“You always hear how smart dolphins are, but to observe them up close and actually see them doing these things without anyone training them, to do it was amazing.”
These were the words psychology major Cara Teri ’18 used to describe a recent trip to Bimini, Bahamas, to study sensation and perception while conducting research on wild dolphins.
Teri, along with six fellow Manhattan College classmates led by Maria Maust-Mohl, Ph.D., assistant professor of psychology, embarked on a trip to explore and research the behavior and communication of dolphins. A team from Hunter College accompanied the Manhattan group including Daisy Kaplan, Ph.D., instructor of psychology, and Diana Reiss, Ph.D., professor of psychology and nine students. Kaplan is also an adjunct instructor of biology at Manhattan College.
Prior to the trip, the students participated in a workshop to prepare for the fieldwork, and they received additional training in Bimini to introduce them to the study of dolphins. In partnership with the Dolphin Communication Project, an organization established in 2003 that encourages “the scientific study of dolphins with emphasis into understanding their behavior, acoustics, communication, cognition, ecology and more,” the faculty and students collected data for two weeks.

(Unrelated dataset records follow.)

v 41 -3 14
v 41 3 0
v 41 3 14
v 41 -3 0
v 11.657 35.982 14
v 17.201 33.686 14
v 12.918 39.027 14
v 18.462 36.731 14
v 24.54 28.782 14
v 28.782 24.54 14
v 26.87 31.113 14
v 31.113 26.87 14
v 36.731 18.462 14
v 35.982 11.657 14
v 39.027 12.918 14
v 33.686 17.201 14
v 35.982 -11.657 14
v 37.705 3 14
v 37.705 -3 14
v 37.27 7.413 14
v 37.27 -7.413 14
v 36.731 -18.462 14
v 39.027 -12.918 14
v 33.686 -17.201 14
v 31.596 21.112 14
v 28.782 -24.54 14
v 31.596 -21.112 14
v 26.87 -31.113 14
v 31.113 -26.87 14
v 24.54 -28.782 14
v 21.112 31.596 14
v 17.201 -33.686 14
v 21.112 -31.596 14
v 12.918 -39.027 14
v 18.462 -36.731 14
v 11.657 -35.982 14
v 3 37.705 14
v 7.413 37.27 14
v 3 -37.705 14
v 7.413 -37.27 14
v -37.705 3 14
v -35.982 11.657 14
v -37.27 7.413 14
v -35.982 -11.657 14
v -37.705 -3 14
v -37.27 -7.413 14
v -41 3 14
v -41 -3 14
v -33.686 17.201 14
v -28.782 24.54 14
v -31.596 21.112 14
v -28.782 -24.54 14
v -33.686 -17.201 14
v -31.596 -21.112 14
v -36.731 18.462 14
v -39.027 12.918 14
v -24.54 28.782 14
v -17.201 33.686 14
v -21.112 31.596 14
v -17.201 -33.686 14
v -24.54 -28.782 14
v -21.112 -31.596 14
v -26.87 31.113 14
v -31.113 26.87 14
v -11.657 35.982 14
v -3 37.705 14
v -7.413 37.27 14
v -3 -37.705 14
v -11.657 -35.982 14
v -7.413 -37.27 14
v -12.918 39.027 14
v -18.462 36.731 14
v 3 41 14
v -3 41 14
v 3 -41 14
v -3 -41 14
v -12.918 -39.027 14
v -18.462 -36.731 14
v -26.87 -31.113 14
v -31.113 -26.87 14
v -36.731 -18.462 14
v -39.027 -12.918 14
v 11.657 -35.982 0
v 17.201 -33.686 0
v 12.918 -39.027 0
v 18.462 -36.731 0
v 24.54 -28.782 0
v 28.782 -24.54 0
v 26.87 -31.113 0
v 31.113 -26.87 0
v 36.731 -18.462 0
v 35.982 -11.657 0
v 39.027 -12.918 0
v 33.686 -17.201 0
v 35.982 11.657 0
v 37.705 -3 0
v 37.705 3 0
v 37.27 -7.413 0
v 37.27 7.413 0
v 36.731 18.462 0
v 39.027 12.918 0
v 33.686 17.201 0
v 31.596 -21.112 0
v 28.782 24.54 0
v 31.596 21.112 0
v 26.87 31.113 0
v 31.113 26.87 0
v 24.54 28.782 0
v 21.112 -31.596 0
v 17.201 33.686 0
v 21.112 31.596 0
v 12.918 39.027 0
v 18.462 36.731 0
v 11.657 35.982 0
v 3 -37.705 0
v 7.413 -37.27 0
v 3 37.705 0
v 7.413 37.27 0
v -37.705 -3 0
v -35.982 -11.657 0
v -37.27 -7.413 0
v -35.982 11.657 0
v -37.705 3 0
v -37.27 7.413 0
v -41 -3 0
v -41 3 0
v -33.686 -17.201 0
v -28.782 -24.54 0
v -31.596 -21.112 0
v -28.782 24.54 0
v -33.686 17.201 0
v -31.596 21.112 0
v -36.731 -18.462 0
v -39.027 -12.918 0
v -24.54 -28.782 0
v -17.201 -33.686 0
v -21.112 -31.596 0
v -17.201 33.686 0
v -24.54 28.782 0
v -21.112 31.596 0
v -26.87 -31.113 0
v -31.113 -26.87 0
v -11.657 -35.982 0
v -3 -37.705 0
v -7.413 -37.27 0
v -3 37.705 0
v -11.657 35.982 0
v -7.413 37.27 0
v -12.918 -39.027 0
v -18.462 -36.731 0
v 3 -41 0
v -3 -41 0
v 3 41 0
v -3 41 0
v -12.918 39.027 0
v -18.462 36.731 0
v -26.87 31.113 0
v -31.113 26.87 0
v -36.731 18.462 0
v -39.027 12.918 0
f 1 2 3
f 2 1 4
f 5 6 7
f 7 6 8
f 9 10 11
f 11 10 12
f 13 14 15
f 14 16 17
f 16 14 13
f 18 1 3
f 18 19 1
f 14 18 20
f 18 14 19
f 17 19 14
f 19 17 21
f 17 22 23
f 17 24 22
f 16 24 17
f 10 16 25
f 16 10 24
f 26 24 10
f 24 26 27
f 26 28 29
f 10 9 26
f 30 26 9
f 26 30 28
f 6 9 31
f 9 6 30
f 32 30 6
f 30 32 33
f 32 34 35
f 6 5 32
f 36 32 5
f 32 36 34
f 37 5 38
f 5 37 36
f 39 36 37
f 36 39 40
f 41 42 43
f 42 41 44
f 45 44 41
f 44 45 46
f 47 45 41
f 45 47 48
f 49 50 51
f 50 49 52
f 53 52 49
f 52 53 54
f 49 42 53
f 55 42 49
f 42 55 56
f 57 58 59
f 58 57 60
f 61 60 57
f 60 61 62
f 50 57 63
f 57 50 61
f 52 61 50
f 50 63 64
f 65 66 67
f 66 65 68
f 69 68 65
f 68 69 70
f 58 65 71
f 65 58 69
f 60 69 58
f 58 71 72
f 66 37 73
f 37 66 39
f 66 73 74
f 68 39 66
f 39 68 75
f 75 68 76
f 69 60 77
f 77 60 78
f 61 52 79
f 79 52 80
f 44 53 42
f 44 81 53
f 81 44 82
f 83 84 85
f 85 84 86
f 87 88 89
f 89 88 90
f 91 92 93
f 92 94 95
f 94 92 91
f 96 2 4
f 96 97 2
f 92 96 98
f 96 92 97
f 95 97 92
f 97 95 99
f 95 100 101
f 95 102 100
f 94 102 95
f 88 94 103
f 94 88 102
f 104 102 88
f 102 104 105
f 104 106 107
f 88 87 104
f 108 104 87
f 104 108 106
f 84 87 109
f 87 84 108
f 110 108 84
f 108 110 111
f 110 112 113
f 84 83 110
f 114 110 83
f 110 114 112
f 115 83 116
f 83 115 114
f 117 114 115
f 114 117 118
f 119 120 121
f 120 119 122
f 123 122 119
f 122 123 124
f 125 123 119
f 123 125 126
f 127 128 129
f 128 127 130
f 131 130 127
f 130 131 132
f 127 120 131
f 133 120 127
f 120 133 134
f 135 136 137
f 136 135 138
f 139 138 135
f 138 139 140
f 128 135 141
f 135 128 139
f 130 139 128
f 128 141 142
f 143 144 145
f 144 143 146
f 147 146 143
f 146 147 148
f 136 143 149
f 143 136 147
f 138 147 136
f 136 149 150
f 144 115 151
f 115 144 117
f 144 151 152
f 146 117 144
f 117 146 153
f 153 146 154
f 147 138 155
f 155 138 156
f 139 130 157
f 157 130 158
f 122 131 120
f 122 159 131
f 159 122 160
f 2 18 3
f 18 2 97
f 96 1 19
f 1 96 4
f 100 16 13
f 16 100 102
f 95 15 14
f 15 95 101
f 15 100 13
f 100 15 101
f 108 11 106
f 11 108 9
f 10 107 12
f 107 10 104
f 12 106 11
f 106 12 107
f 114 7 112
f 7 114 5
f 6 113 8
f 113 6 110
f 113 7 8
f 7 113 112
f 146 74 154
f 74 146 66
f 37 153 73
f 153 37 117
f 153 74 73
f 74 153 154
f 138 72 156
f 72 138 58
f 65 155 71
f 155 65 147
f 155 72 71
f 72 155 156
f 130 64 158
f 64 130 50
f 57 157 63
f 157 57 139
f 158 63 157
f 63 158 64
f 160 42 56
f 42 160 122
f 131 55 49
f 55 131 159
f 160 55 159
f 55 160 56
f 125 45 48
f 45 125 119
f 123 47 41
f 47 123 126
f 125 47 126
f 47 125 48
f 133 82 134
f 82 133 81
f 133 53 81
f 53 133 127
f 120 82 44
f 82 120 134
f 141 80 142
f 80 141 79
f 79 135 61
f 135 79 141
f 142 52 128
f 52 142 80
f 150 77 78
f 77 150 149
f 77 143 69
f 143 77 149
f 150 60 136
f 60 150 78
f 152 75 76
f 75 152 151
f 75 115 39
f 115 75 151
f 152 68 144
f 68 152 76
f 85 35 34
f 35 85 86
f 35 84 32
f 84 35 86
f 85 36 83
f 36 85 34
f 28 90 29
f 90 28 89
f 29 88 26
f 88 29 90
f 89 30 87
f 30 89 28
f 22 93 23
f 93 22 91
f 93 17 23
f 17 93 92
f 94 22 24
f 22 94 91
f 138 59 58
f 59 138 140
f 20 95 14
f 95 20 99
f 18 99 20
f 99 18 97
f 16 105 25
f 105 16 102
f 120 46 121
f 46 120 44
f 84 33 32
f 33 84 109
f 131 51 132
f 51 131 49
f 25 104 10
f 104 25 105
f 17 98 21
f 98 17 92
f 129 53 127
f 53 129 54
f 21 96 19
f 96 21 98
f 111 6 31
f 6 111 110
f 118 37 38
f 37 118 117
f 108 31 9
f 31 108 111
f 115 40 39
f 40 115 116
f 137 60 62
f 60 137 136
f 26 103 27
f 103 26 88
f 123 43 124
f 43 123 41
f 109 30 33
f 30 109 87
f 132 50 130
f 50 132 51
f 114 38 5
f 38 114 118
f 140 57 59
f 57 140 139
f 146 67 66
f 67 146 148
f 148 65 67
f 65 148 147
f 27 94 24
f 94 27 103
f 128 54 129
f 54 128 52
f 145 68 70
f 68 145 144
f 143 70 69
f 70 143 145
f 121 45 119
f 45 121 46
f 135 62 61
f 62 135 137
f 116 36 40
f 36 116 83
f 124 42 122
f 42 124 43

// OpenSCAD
$fn = 32;

// ----------------------------------------------------------------------
// Spur blank: plain gear blank
// ----------------------------------------------------------------------

// --- parameters (mm) ---
disc_r = 38;              // blank root radius
disc_t = 14;              // blank thickness
n_teeth = 16;             // stub tooth count
tooth_w = 6;              // tooth width at the root
tooth_h = 3;              // tooth height above the root
fit_tol = 0.05;           // tolerance for press fits, mm
free_tol = 0.3;           // tolerance for clearance fits, mm

out_r = disc_r + tooth_h;  // tip radius
bbox_x = 82.0;  // measured width over the teeth
bbox_y = 82.0;  // measured depth over the teeth

union() {
  cylinder(r = disc_r, h = disc_t);
  for (i = [0 : n_teeth - 1])
    rotate([0, 0, i * 360 / n_teeth])
      translate([disc_r - 1, -tooth_w / 2, 0])
        cube([tooth_h + 1, tooth_w, disc_t]);
}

“I was surprised to learn that a dolphin slapping its tail meant that they were angry,” says Shea-Lynn Prendergast ’17, a psychology major.

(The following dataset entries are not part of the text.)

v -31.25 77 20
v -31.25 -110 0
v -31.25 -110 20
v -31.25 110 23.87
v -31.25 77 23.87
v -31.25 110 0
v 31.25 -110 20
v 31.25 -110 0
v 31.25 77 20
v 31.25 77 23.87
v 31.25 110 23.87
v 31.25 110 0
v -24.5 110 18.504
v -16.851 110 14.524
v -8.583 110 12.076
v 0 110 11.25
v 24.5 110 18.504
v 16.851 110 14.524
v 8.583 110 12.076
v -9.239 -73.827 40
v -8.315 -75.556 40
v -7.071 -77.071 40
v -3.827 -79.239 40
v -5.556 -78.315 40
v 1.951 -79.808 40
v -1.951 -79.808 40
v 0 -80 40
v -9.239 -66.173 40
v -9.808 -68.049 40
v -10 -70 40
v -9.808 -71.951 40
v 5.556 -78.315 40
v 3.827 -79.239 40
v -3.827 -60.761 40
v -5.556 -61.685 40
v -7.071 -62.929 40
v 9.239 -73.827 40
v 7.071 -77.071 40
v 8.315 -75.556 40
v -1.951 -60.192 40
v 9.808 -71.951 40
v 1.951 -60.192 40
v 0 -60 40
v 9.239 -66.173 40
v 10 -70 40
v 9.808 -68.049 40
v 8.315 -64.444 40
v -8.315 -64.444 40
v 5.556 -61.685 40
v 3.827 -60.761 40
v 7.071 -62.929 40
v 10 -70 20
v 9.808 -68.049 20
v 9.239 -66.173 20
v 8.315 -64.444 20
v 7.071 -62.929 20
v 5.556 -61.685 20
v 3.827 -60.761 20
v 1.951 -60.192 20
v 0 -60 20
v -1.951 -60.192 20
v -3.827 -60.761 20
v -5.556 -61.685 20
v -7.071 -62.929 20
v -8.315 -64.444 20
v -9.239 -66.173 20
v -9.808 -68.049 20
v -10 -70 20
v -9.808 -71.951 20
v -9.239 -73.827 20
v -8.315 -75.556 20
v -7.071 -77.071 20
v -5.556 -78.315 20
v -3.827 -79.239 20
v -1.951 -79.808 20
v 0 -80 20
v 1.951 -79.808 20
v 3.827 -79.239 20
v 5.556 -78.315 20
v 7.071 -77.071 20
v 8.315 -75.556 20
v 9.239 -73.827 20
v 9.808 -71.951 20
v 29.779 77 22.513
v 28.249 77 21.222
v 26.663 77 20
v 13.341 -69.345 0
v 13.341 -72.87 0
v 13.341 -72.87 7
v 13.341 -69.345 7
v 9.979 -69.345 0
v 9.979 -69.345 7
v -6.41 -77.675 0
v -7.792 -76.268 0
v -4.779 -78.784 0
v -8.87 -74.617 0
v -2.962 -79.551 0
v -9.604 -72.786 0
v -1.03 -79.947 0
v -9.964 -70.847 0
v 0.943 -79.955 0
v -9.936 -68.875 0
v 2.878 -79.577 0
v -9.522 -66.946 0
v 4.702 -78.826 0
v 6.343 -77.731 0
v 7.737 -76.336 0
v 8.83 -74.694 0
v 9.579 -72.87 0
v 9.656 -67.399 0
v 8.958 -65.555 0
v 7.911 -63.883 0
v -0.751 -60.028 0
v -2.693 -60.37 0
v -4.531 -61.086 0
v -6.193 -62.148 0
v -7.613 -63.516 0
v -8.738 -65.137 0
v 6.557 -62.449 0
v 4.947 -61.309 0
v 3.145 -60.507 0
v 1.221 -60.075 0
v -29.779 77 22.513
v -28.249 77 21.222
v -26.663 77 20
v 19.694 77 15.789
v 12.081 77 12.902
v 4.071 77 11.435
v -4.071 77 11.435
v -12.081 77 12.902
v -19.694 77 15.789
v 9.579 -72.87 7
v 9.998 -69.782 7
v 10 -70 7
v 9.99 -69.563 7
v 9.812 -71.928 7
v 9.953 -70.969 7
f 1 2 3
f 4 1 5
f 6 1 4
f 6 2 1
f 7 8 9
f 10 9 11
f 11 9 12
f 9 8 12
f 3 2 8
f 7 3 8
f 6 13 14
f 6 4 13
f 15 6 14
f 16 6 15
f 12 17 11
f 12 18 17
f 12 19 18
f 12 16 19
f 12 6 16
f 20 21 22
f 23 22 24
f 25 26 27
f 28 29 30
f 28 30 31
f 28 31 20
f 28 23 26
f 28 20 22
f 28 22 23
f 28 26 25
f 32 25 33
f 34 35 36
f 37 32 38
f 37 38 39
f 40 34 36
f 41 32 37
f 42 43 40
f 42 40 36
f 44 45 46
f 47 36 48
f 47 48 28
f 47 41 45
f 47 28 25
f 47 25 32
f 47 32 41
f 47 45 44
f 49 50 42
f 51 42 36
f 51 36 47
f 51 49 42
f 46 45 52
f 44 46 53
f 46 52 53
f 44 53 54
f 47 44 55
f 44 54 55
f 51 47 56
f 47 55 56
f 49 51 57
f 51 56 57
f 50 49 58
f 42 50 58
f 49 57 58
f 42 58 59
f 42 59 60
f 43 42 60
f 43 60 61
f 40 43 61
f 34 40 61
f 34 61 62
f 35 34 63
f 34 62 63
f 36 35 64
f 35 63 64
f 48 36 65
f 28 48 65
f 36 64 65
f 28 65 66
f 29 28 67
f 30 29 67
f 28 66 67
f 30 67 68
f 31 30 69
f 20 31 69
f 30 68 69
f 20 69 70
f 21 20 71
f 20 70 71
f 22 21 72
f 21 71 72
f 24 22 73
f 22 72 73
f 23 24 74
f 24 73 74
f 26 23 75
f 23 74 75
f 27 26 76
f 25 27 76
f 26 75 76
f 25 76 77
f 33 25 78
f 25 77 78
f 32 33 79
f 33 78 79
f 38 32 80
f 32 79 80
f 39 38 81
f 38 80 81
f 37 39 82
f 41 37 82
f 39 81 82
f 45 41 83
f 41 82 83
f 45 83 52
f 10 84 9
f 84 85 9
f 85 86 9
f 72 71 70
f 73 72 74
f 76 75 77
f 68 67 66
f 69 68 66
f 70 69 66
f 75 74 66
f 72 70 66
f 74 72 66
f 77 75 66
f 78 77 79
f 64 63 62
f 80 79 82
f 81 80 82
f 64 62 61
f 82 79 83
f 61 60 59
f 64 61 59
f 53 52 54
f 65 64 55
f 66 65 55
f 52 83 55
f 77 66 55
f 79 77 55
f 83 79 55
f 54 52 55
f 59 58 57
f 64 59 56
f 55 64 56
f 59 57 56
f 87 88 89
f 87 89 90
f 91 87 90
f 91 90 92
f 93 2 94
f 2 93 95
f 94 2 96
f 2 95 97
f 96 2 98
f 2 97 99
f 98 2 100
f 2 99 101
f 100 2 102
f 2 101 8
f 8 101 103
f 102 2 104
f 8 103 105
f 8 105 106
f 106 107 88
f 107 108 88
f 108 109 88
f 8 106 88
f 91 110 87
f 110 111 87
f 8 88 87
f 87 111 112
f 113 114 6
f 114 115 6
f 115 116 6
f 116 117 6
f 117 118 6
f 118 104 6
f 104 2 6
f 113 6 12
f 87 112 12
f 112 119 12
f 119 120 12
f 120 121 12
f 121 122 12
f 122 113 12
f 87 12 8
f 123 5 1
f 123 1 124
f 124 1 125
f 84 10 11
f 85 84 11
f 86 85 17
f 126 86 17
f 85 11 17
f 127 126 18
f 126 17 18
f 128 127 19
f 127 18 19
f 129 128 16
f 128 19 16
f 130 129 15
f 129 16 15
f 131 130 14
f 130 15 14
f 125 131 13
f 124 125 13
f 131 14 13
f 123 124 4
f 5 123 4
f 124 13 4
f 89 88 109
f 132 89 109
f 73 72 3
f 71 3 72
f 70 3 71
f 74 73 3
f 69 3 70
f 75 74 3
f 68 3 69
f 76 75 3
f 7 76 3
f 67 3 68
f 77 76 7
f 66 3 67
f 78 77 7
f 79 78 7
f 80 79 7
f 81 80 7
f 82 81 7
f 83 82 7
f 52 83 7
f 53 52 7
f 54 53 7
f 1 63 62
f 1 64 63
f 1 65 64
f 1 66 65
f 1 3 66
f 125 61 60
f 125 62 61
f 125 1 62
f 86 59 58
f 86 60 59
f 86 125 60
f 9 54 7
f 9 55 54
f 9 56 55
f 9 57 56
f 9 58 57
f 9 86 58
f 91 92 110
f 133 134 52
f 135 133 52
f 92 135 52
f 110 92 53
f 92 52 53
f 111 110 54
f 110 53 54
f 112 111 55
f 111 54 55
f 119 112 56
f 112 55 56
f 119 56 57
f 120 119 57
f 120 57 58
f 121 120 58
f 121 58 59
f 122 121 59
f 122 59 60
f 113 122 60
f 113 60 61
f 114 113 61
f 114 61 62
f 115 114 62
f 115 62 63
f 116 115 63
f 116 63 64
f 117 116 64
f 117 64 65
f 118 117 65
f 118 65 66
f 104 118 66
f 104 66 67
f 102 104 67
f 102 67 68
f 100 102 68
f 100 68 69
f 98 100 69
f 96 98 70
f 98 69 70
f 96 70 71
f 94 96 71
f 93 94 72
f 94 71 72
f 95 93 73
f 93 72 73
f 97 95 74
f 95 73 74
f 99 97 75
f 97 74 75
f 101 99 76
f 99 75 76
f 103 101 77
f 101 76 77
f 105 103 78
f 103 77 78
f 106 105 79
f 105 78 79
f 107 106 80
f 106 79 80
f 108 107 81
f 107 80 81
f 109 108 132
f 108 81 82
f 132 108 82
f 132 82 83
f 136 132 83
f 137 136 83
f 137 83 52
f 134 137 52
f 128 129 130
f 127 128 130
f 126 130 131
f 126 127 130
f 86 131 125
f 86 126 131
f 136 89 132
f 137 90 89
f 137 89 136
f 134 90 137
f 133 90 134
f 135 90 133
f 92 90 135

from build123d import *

# Parameters (mm, degrees)
SKETCH1_W           = 62.5
SKETCH1_H           = 220
BOSS_EXTRUDE1_DEPTH = 20
SKETCH2_W           = 62.5
SKETCH2_H           = 33
BOSS_EXTRUDE2_DEPTH = 5
SKETCH3_R           = 10
CUT_EXTRUDE1_DEPTH  = 21
CUT_EXTRUDE2_DEPTH  = 33
SKETCH5_R           = 10
BOSS_EXTRUDE3_DEPTH = 20
SKETCH6_W           = 3.761588262
SKETCH6_H           = 3.524392854
CUT_EXTRUDE3_DEPTH  = 7


with BuildPart() as part:
    # Sketch1 → Boss-Extrude1 (new body)
    with BuildSketch(Plane.XY):
        Rectangle(SKETCH1_W, SKETCH1_H)
    extrude(amount=BOSS_EXTRUDE1_DEPTH)

    # Sketch2 → Boss-Extrude2 (add)
    with BuildSketch(Plane.XY.offset(20)):
        with Locations((0, 93.5)):
            Rectangle(SKETCH2_W, SKETCH2_H)
    extrude(amount=BOSS_EXTRUDE2_DEPTH)

    # Sketch3 → Cut-Extrude1 (cut, through all)
    with BuildSketch(Plane.XY.offset(20)):
        with Locations((0, -70)):
            Circle(SKETCH3_R)
    extrude(amount=-CUT_EXTRUDE1_DEPTH, mode=Mode.SUBTRACT)

    # Sketch4 → Cut-Extrude2 (cut)
    with BuildSketch(Plane(origin=(0, 110, 0), x_dir=(1, 0, 0), z_dir=(0, 1, 0))):
        with BuildLine():
            Line((30.073382628, -25), (31.25, -25))
            Line((31.25, -25), (31.25, -23.870415383))
            ThreePointArc((31.25, -23.870415383), (0, -11.25), (-31.25, -23.870415383))
            Line((-31.25, -23.870415383), (-31.25, -25))
            Line((-31.25, -25), (30.073382628, -25))
        make_face()
    extrude(amount=-CUT_EXTRUDE2_DEPTH, mode=Mode.SUBTRACT)

    # Sketch6 → Cut-Extrude3 (cut)
    with BuildSketch(Plane(origin=(0, 0, 0), x_dir=(-1, 0, 0), z_dir=(0, 0, -1))):
        with Locations((-11.460210717, -71.107433841)):
            Rectangle(SKETCH6_W, SKETCH6_H)
    extrude(amount=-CUT_EXTRUDE3_DEPTH, mode=Mode.SUBTRACT)


with BuildPart() as body_2:
    # Sketch5 → Boss-Extrude3 (new body)
    with BuildSketch(Plane.XY.offset(20)):
        with Locations((0, -70)):
            Circle(SKETCH5_R)
    extrude(amount=BOSS_EXTRUDE3_DEPTH)


solid = Compound([part.part, body_2.part])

Discovering the Voices of Dolphins
Led by animal expert Maust-Mohl, who has previously studied the behavior and communication of hippopotamuses, giraffes and dolphins, the three-credit PSYC 367 course included 14 days of study and observation of the dolphins in the water. The Bahamian wild dolphin population is familiar and acclimated to humans, which allows observers to study them in their natural habitat.

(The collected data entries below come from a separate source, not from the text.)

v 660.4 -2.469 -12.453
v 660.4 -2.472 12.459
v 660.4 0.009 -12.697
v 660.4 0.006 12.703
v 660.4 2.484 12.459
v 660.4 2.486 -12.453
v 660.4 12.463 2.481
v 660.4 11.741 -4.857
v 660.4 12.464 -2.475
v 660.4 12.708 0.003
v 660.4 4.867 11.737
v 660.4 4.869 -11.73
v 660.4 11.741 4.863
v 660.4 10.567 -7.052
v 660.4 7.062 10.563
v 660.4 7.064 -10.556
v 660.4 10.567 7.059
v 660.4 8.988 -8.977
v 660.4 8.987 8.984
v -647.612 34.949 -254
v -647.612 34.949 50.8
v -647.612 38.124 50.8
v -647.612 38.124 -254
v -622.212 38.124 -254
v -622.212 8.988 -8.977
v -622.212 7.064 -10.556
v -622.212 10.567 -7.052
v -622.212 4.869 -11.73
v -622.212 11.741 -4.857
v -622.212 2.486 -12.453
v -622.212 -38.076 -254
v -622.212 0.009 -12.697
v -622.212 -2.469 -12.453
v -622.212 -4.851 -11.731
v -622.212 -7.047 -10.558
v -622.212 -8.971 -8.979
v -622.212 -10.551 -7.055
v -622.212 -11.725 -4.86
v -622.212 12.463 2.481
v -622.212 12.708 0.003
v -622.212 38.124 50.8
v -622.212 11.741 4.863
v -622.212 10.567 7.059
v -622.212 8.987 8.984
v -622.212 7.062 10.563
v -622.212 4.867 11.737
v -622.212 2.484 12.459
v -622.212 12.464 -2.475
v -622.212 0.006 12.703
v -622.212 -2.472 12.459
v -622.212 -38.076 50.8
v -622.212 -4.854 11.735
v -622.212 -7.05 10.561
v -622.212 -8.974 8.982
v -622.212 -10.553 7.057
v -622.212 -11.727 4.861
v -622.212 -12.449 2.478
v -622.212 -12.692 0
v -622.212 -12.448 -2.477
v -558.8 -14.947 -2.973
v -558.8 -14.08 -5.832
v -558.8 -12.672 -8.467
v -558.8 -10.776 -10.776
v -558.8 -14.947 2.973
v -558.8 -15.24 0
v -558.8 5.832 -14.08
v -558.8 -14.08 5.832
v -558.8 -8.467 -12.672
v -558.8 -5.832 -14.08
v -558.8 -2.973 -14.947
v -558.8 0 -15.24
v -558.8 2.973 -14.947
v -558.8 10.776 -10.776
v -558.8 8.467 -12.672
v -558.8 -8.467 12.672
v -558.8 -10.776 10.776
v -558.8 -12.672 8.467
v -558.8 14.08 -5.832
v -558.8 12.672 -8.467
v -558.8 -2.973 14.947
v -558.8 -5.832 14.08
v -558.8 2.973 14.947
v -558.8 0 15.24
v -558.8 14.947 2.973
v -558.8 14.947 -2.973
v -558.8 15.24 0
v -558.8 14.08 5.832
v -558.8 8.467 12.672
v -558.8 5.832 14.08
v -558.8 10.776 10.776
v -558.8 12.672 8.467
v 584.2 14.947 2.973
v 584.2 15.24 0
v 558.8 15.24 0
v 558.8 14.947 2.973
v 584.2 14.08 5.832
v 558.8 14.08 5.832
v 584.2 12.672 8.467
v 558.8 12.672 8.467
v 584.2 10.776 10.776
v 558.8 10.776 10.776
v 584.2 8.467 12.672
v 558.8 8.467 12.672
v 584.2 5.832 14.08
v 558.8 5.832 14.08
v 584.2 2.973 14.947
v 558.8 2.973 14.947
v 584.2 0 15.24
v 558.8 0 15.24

Led by Kaplan, the Hunter College undergraduates and graduate students are enrolled in a summer Animal Behavior and Conservation course.
The students went out on daily boat trips to observe the dolphins while snorkeling and on the water’s surface from the boat. In addition to attending frequent lectures organized by the professors, the students captured photos of the various dolphins, observed dolphin behavior, and recorded environmental data and information about dolphin sightings.
“In less than half an hour, we had our first of four dolphin sightings,” said psychology major Madison Bailey ’17, during their first day in Bimini. “Watching from the boat as the dolphins rode the bow was an experience that would put any Sea World trip to shame.”
Maust-Mohl remarked that “we were fortunate to see spotted and/or bottlenose dolphins almost every boat trip, where students were involved in observations both from the boat and in the water.”
During the trip, the students also saw sea turtles, fish, stingrays and sharks. In fact, the group visited the Bimini Shark Lab and learned about several research projects studying local shark species.
“I was also very surprised when a dolphin echolocated on my foot,” Teri explains. “I just recently had foot surgery and had metal screws put in, and the dolphin actually knew that there was metal in there and came to check it out.”
Since returning to New York in late July, the Manhattan team will meet to discuss their overall experience and observations and submit a final proposal later this summer. The proposal is a culmination of the course, and will allow the students to reflect on their experience and propose a project based on their observations.
“After all they have learned about dolphin behavior, communication, intelligence and conservation, it seems like the students have a very different perspective and respect for dolphins,” Maust-Mohl adds. “I feel very fortunate to have had the opportunity to share this experience with the students.”
Bailey will work directly with Maust-Mohl this fall on a research project to analyze the data collected including video and sound recordings. Maust-Mohl will determine next steps based on research goals that are part of the collaboration with Kaplan and other researchers. The continued work will contribute to ongoing research on the behavior and communication of spotted and bottlenose dolphins.
Recently, Maust-Mohl’s work with hippopotamus communication was published in the Journal of the Acoustical Society of America.
“They are very vocal creatures and their different clicks and whistles are so unique,” Bailey says. “We don’t know a lot about their vocal behavior and that’s a very hot topic for research now.”